Completing a REIT IPO is a complex and timeconsuming process. As a result, it is critical to understand your client's goals when evaluating the benefits of an IPO as compared to other alternatives. Different clients will have different motivations for completing a REIT IPO. These may include obtaining liquidity for themselves or private equity investors, raising equity capital to pay down debt, enhancing the risk-reward balance by rolling up assets into an operating company, or opportunistically accessing the public markets to facilitate future growth. For some clients, running a dualtrack process for a REIT IPO or a sale of the portfolio may make sense. For others, obtaining access to the public equity markets through means other than a traditional IPO (such as through a merger with an existing public company or an entity spun off from an existing public company or through an exchange listing without a concurrent offering) may present more attractive alternatives. The better you understand your client’s goals, the better you will be able to assist with completing a successful transaction, whether that is ultimately a traditional IPO or an alternative transaction.
A REIT IPO will stretch the resources of even the most sophisticated private real estate operator. You should help your client focus on the right tasks at the right time. Initial submissions of the registration statement for the IPO typically have limited or preliminary information on certain topics, including board members, executive compensation, founders’ rights, distribution policy, new credit facilities, technical details of formation transactions, corporate governance documents, and exhibit filings. Other disclosures need to be more fully refined from the beginning, including the primary business discussion, the financial statements and related disclosure, the property tables, and the industry disclosure. Prioritize the right tasks, minimize false deadlines, and establish realistic timelines.

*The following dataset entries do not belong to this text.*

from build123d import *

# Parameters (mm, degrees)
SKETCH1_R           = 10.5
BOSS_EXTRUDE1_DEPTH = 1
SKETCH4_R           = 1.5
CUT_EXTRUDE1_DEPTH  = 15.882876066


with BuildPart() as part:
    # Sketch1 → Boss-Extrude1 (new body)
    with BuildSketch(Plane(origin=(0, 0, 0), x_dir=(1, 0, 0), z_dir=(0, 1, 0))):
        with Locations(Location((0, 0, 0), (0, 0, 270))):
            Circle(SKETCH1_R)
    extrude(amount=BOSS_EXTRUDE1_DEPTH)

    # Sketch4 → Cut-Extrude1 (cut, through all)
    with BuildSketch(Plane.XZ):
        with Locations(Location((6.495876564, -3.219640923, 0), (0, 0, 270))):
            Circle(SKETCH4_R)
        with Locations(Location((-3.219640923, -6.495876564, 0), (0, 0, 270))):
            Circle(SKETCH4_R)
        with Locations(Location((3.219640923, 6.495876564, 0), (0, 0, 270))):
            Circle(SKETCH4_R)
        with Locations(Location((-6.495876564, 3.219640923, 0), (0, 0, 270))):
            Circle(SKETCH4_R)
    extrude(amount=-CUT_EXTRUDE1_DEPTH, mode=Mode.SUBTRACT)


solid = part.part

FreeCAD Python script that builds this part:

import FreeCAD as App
import Part
import Sketcher

V = App.Vector

doc = App.newDocument("Part")
body = doc.addObject("PartDesign::Body", "Body")

# Sketch on XZ plane
sketch1 = body.newObject("Sketcher::SketchObject", "Sketch")
sketch1.AttachmentSupport = (doc.getObject("XZ_Plane"), [""])
sketch1.MapMode = "FlatFace"
sketch1.addGeometry(Part.Circle(V(0, 0, 0), V(0, 0, 1), 10), False)
sketch1.addConstraint(Sketcher.Constraint("Coincident", 0, 3, -1, 1))
sketch1.addConstraint(Sketcher.Constraint("Diameter", 0, 21.0))
pad1 = body.newObject("PartDesign::Pad", "Pad")
pad1.Profile = sketch1
pad1.Length = 1
pad1.Reversed = True

# Sketch on XZ plane
sketch2 = body.newObject("Sketcher::SketchObject", "Sketch001")
sketch2.AttachmentSupport = (doc.getObject("XZ_Plane"), [""])
sketch2.MapMode = "FlatFace"
sketch2.addGeometry(Part.Circle(V(6.5, -3.2, 0), V(0, 0, 1), 1.5), False)
sketch2.addGeometry(Part.Circle(V(-3.2, -6.5, 0), V(0, 0, 1), 1.5), False)
sketch2.addGeometry(Part.Circle(V(3.2, 6.5, 0), V(0, 0, 1), 1.5), False)
sketch2.addGeometry(Part.Circle(V(-6.5, 3.2, 0), V(0, 0, 1), 1.5), False)
sketch2.addConstraint(Sketcher.Constraint("Equal", 0, 1))
sketch2.addConstraint(Sketcher.Constraint("Equal", 1, 2))
sketch2.addConstraint(Sketcher.Constraint("Equal", 2, 3))
sketch2.addConstraint(Sketcher.Constraint("Symmetric", 1, 3, 2, 3, -1, 1))
sketch2.addConstraint(Sketcher.Constraint("Symmetric", 0, 3, 3, 3, -1, 1))
sketch2.addConstraint(Sketcher.Constraint("Diameter", 0, 3.0))
sketch2.addConstraint(Sketcher.Constraint("DistanceY", 0, 3, -1, 1, 3.219641))
sketch2.addConstraint(Sketcher.Constraint("DistanceX", 1, 3, -1, 1, 3.219641))
sketch2.addConstraint(Sketcher.Constraint("DistanceX", -1, 1, 0, 3, 6.495877))
sketch2.addConstraint(Sketcher.Constraint("DistanceY", 1, 3, -1, 1, 6.495877))
pocket1 = body.newObject("PartDesign::Pocket", "Pocket")
pocket1.Profile = sketch2
pocket1.Type = "ThroughAll"

doc.recompute()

You should understand which companies will be considered peers of your client. Fundamentally, your client is seeking to attract investor dollars that would otherwise be invested (or may already be invested) in peer companies. Having a good understanding of where your client will fit in the existing REIT market is critical in preparing the prospectus for the offering and helping your client make important structuring decisions. Peers are typically determined based on asset class (e.g., office, retail, residential, industrial, hotel, etc.), asset quality, market and sub-market focus, and the expected size of the company. Your client and its underwriters will likely have a good sense of the most relevant peers, but easily accessible public resources can also be helpful to point you in the right direction. These include the lists of REIT index constituents (organized by sector and subsector and market capitalization) and historical REIT IPO listings on the National Association of Real Estate Investment Trusts’ website.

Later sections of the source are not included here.